今のオルガならば霊力を、魔族が持つ魔力を見る事が出来る。とはいえ、余り遠くとなるとそれも叶わないが。
『私には見えなかった。少なくとも、人にしか見えなかった』
「……だったら他人の空似じゃないのか?」
『そうね。傷が無ければ私もそう思ったんだけど』
「傷?」
ええ。とマリアは頷いて自分の眼の下を指差す。
『この辺りに小さな傷。よく見ないと分からない様な物だけど……逆にそんな傷が全く同じについている事の方が稀でしょう?』
確かにとオルガも頷く。
「……そもそも魔族だって寿命はあるんだろ? 400年って有り得るのか?」
『私もそこまでは知らないわよ。少なくとも人間よりは長寿だけど……400年は流石に無理だと思っていたんだけどね……』
だったらやはり傷も奇跡的な偶然で、他人の空似ではないかと思いたい。
「……誰なんだよ。その学院の人間って」
『学院長って呼ばれてた』
「……トップじゃねえか」
オルガが呻く。魔族が魔族を狩る聖騎士を生み出す機関のトップ。笑えない冗談である。
「やっぱりマリアの気のせいじゃないのか?」
『だからオルガに見て貰いたいのよ』
「俺に?」
『そう。その相手が本当にただの人間かどうかを』
それ自体は別に構わない。だが、とオルガは疑問に思った。
「マリアが視ても人だったんだろ? 俺が視る必要はあるのか」
『あるわよ。オルガ、自覚していないでしょうけど貴方私よりも眼が良いわよ』
「眼?」
『霊力視の才能と言ってもいいかしら。感知範囲は私の方が広いみたいだけど。その代わりオルガは深く霊力を視れてる』
「そう、なのか?」
と言われてもオルガには分からない。何しろ霊力を視るという行為は人それぞれの感覚だ。

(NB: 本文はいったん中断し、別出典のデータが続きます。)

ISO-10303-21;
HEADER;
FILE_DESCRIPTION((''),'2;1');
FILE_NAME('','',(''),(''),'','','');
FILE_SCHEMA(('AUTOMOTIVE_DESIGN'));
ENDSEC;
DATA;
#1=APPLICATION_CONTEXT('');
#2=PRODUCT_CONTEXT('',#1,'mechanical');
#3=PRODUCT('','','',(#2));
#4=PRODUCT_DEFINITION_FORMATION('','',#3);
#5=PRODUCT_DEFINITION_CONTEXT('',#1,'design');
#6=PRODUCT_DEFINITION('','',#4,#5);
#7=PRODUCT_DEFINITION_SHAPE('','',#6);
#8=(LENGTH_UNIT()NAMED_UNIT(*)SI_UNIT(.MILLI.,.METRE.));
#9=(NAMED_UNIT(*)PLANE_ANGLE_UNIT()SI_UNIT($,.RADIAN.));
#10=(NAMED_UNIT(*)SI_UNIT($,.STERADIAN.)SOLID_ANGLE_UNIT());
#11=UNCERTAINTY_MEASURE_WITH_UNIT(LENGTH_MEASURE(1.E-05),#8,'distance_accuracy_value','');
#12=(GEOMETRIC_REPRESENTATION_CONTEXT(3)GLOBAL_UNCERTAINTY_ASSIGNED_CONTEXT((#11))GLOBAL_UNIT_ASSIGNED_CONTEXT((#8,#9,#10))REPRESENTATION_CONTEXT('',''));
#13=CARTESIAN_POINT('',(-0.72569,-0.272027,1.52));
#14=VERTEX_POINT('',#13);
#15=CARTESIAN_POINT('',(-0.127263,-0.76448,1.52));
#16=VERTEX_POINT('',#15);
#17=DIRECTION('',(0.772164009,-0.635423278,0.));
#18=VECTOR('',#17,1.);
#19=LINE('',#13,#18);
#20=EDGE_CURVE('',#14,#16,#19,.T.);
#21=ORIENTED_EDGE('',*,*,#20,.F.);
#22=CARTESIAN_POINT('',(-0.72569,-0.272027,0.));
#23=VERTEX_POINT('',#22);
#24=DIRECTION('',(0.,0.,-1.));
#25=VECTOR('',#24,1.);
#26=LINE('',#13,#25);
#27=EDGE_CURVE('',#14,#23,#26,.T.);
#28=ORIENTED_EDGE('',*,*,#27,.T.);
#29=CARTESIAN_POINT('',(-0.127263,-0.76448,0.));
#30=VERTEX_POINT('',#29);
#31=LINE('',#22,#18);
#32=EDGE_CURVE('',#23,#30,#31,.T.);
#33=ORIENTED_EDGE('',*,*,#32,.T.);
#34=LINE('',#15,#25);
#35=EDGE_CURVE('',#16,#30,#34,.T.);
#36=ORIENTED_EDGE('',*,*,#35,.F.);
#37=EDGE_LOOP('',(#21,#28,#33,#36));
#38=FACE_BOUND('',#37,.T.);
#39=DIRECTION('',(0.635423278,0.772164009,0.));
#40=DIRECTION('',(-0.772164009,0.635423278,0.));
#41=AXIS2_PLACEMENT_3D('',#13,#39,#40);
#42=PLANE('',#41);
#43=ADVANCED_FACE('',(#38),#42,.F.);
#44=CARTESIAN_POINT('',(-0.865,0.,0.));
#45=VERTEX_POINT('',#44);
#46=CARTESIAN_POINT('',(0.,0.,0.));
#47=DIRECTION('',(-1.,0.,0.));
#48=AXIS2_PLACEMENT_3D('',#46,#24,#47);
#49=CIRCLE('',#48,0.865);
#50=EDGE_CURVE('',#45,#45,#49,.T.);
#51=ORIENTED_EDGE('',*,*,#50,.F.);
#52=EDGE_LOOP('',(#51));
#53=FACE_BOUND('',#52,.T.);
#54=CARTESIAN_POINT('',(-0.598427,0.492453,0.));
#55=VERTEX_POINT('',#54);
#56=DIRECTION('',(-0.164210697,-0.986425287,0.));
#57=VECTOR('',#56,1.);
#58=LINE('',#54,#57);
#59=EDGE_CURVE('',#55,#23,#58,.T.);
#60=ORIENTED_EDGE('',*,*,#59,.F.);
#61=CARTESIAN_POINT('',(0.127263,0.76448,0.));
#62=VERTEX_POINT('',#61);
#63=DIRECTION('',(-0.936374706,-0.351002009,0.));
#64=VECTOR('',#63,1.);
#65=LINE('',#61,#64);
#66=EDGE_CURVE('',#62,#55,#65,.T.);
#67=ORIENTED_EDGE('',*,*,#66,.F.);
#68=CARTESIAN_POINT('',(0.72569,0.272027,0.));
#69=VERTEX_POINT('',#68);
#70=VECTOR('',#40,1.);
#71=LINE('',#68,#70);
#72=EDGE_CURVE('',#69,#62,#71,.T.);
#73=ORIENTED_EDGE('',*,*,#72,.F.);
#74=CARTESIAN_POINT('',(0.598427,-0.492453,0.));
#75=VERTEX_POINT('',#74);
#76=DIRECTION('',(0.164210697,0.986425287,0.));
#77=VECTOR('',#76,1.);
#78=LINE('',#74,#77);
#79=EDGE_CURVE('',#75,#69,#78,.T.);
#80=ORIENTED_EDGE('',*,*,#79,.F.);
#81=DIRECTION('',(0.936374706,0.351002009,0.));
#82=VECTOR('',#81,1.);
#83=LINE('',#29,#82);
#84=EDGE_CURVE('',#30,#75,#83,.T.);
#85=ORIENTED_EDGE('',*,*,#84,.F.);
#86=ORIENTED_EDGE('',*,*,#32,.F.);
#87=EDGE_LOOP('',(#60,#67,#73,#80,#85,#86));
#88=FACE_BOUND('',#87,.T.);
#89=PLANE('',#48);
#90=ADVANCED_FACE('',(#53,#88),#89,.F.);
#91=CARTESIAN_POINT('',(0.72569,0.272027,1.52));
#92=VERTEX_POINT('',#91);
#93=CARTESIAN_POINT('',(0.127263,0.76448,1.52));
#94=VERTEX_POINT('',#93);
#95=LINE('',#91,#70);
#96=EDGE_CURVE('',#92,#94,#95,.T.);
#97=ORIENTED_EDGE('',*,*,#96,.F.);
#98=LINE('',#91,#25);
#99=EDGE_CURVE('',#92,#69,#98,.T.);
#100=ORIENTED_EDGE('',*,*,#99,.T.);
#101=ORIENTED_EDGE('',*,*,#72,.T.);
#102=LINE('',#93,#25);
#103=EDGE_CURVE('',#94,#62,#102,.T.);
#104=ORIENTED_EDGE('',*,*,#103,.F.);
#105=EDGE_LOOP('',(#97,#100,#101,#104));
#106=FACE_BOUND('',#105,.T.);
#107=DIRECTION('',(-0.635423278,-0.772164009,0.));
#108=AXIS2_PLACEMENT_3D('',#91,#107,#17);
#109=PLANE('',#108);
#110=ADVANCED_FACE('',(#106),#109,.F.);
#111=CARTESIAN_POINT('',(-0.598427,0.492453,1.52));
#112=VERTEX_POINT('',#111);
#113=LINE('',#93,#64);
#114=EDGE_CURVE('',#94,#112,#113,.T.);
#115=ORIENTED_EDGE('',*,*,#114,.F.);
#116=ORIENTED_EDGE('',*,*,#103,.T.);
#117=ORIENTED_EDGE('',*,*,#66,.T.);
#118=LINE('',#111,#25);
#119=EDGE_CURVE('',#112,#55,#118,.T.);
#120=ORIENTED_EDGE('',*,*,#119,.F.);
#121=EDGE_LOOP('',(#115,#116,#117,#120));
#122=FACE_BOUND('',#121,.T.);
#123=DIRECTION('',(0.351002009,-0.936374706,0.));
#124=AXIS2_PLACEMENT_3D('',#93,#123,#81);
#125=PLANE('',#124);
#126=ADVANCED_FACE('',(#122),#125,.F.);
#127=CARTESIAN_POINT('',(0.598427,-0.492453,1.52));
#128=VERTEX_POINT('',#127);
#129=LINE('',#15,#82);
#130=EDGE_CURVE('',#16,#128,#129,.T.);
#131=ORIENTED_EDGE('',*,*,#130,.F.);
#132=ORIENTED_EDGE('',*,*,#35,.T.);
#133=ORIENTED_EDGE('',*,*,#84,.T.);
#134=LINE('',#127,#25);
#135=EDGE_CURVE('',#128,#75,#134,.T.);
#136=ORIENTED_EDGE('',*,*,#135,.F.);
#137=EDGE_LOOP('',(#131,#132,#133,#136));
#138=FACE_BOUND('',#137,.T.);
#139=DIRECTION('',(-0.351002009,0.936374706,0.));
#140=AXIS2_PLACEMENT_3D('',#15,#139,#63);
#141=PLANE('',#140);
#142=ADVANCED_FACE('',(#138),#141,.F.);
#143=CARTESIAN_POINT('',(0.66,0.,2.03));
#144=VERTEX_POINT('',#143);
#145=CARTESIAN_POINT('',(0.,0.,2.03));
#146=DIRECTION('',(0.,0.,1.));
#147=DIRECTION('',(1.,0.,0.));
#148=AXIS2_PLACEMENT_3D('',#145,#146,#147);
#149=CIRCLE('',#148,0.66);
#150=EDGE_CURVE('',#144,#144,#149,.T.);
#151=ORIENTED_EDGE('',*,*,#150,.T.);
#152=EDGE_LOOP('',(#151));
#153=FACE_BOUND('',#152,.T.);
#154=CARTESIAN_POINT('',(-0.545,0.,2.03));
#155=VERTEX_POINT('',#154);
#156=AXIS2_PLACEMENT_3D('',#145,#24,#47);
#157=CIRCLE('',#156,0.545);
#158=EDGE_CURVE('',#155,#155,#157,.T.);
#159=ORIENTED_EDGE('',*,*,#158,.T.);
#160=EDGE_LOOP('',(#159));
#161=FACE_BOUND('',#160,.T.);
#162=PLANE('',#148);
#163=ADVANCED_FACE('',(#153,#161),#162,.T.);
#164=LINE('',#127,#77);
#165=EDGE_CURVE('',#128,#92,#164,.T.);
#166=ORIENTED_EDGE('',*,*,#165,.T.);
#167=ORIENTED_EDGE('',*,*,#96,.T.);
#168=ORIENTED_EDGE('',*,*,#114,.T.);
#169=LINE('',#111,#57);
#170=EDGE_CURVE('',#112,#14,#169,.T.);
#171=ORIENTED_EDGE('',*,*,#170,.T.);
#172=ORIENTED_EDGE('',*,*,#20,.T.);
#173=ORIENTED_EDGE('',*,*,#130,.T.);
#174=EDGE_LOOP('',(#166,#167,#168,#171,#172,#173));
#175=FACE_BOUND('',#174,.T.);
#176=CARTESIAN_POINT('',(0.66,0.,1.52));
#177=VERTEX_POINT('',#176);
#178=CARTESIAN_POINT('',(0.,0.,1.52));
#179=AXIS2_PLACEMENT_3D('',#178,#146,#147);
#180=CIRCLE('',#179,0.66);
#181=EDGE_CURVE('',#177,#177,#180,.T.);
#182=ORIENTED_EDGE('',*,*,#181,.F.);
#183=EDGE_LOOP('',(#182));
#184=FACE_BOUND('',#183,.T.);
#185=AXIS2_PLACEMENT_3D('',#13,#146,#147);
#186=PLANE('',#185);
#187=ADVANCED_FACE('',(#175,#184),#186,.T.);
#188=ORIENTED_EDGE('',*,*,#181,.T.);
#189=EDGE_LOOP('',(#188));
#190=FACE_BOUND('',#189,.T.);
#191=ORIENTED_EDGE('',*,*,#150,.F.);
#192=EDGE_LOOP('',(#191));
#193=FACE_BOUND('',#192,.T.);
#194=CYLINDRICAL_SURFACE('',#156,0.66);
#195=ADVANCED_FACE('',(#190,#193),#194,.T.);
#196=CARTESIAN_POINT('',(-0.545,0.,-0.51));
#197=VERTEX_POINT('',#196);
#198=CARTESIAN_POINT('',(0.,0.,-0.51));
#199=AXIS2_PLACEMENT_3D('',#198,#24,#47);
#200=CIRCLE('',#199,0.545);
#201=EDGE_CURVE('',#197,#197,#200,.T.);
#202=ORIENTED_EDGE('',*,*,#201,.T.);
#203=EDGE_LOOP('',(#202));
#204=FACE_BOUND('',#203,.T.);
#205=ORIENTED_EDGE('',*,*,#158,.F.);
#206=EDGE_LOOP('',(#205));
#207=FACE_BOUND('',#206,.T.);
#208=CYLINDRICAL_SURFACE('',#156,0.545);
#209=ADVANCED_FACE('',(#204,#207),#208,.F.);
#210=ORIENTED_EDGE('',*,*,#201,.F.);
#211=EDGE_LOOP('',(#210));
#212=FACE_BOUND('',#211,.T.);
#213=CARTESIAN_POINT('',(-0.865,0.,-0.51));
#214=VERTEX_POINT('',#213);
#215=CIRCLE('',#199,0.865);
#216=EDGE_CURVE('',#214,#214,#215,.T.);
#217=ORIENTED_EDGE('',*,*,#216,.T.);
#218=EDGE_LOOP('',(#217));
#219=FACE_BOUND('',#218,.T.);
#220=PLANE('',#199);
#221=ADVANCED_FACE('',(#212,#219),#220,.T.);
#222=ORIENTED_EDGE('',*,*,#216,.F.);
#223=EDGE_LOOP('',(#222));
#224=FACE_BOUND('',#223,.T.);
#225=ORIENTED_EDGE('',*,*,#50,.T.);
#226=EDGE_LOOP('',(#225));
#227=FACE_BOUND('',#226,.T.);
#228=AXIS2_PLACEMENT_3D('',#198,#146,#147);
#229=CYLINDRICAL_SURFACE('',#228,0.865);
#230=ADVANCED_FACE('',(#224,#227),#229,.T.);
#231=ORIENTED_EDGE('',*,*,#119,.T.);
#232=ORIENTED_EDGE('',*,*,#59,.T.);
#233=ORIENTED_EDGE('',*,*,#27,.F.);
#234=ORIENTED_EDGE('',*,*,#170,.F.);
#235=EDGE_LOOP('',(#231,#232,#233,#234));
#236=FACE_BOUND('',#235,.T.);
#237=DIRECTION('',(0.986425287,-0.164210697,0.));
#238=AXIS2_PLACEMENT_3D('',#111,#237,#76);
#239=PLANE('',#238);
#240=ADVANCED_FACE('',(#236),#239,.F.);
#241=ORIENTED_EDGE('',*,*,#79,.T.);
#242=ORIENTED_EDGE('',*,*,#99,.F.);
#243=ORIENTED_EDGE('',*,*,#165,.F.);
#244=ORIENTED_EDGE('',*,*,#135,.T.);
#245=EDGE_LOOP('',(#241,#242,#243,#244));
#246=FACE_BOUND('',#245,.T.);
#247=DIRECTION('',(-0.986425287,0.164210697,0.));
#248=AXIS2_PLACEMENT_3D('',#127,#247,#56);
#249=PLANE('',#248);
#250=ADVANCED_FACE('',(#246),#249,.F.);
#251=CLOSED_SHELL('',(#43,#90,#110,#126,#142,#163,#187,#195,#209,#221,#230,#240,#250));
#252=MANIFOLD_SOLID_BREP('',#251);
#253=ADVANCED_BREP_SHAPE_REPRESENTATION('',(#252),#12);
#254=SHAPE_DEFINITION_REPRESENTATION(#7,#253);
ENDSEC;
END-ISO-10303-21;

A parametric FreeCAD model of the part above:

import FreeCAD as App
import Part
import Sketcher

V = App.Vector
Q = App.Units.Quantity

doc = App.newDocument("Part")
body = doc.addObject("PartDesign::Body", "Body")

# Sketch on XY plane
sketch1 = doc.addObject("Sketcher::SketchObject", "Sketch")
body.addObject(sketch1)
sketch1.AttachmentSupport = (doc.XY_Plane, [""])
sketch1.MapMode = "FlatFace"
sketch1.addGeometry([
    Part.LineSegment(V(-0.72569, -0.272027, 0), V(-0.127263, -0.76448, 0)),  # 0
    Part.LineSegment(V(-0.127263, -0.76448, 0), V(0.598427, -0.492453, 0)),  # 1
    Part.LineSegment(V(0.598427, -0.492453, 0), V(0.72569, 0.272027, 0)),  # 2
    Part.LineSegment(V(0.72569, 0.272027, 0), V(0.127263, 0.76448, 0)),  # 3
    Part.LineSegment(V(0.127263, 0.76448, 0), V(-0.598427, 0.492453, 0)),  # 4
    Part.LineSegment(V(-0.598427, 0.492453, 0), V(-0.72569, -0.272027, 0)),  # 5
], False)
sketch1.addConstraint([
    Sketcher.Constraint("Coincident", 0, 2, 1, 1),
    Sketcher.Constraint("Coincident", 1, 2, 2, 1),
    Sketcher.Constraint("Coincident", 2, 2, 3, 1),
    Sketcher.Constraint("Coincident", 3, 2, 4, 1),
    Sketcher.Constraint("Coincident", 4, 2, 5, 1),
    Sketcher.Constraint("Coincident", 5, 2, 0, 1),
    Sketcher.Constraint("Symmetric", 0, 2, 3, 2, -1, 1),
    Sketcher.Constraint("Symmetric", 1, 2, 4, 2, -1, 1),
    Sketcher.Constraint("Symmetric", 2, 2, 5, 2, -1, 1),
    Sketcher.Constraint("Equal", 0, 1),
    Sketcher.Constraint("Equal", 1, 2),
    Sketcher.Constraint("Distance", 0, 0.775),
    Sketcher.Constraint("DistanceY", 0, 2, -1, 1, 0.76448),
    Sketcher.Constraint("DistanceX", -1, 1, 2, 2, 0.72569),
    Sketcher.Constraint("DistanceX", 0, 2, 1, 2, 0.72569),
])
pad1 = doc.addObject("PartDesign::Pad", "Pad")
body.addObject(pad1)
pad1.Profile = sketch1
pad1.Length = 1.52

寧ろ外から見てそれに気付くマリアが異常と言うべきか。
『昨日の戦い。オルガは相手の動きを読んでいたでしょ?』
「あ、ああ。多分……」
あの時は何というか、乗っていたというか我ながら神がかっていたというか。
一言で言えば最高に噛み合っていた状態なので確信が持てないが。
「相手の霊力の流れを視て、次の動きを予測はしていた……と、思う」
自信なさげに言うオルガに、マリアは頷いた。
『私にはそんな事出来ないわ』
「そうなのか?」
『そもそもその流れって言うのが視えない。私が視てるのはもっと大雑把な物よ』
胴体の辺りで輝く星。それがマリアの見ている霊力だ。
オルガの様にその流れ――あまつさえ空気中に漂う霊力さえも捉える事などは到底できない。
『細かい所を見るならオルガの方が絶対に良いわ』
「……そうなのか」
それは何というか。少し嬉しい事だとオルガは思った。
魔族も魔獣も。そして聖騎士も。全ては霊力魔力で己を強化している。
オルガの眼はその強化の熾りを捉えている。
それ故に先読みが可能となっているのだ。
つまりオルガは主な仮想敵を相手に大きなアドバンテージを得たという事になる。
『……次模擬戦やる時はもうちょっと本気出すわ』
その宣言はオルガの戦闘力が伸びた事をマリアが認めた証であり――同時に、まだ全力を出す必要が無いという言葉だった。
「……でももし。俺が視て学院長が魔族だって分かったら……どうするんだ?」
『決まってるわ』
なんてことでもない様にマリアは言う。
『斬るわ』
オルガがこれまでに見た事がない程冷たい視線。
ああ、とオルガは認めざるを得ない。確かにマリアは全力には程遠い。
その殺意が己に向けられた物では無いと分かっていて尚。オルガの心臓は鼓動を止めそうになっていた。
夢を思い出す。
魔族を滅ぼすと言って憚らなかったまだ今よりもいくらか幼いマリアの声。
彼女の本質はその時から変わっていない。
敵は全て斬る。斬って斬って斬り伏せる。
今更ながらに思い知らされる。彼女の本質は、魔を斬る刃であると。
『まあ、現実問題として私がオルガの身体を借りたとしても厳しいんだけどね』
「そう、なのか?」
『仮にも当時の魔族の中でも最大勢力を纏めていた奴よ』
想像以上の大物だった。
『長耳種の族長。工房長ザグール。自分の鬼祷術で作り出した魔法道具で配下を武装させて、オーガス流の剣士を何人も殺したくそったれよ』
その所業を告げる時、マリアの表情が憎々し気に歪んだ。
もしかしたら――夢の中で地面に転がっていた何人かは、マリアの言う何人に含まれていたのではないだろうか。
根拠もないけどオルガはそう思った。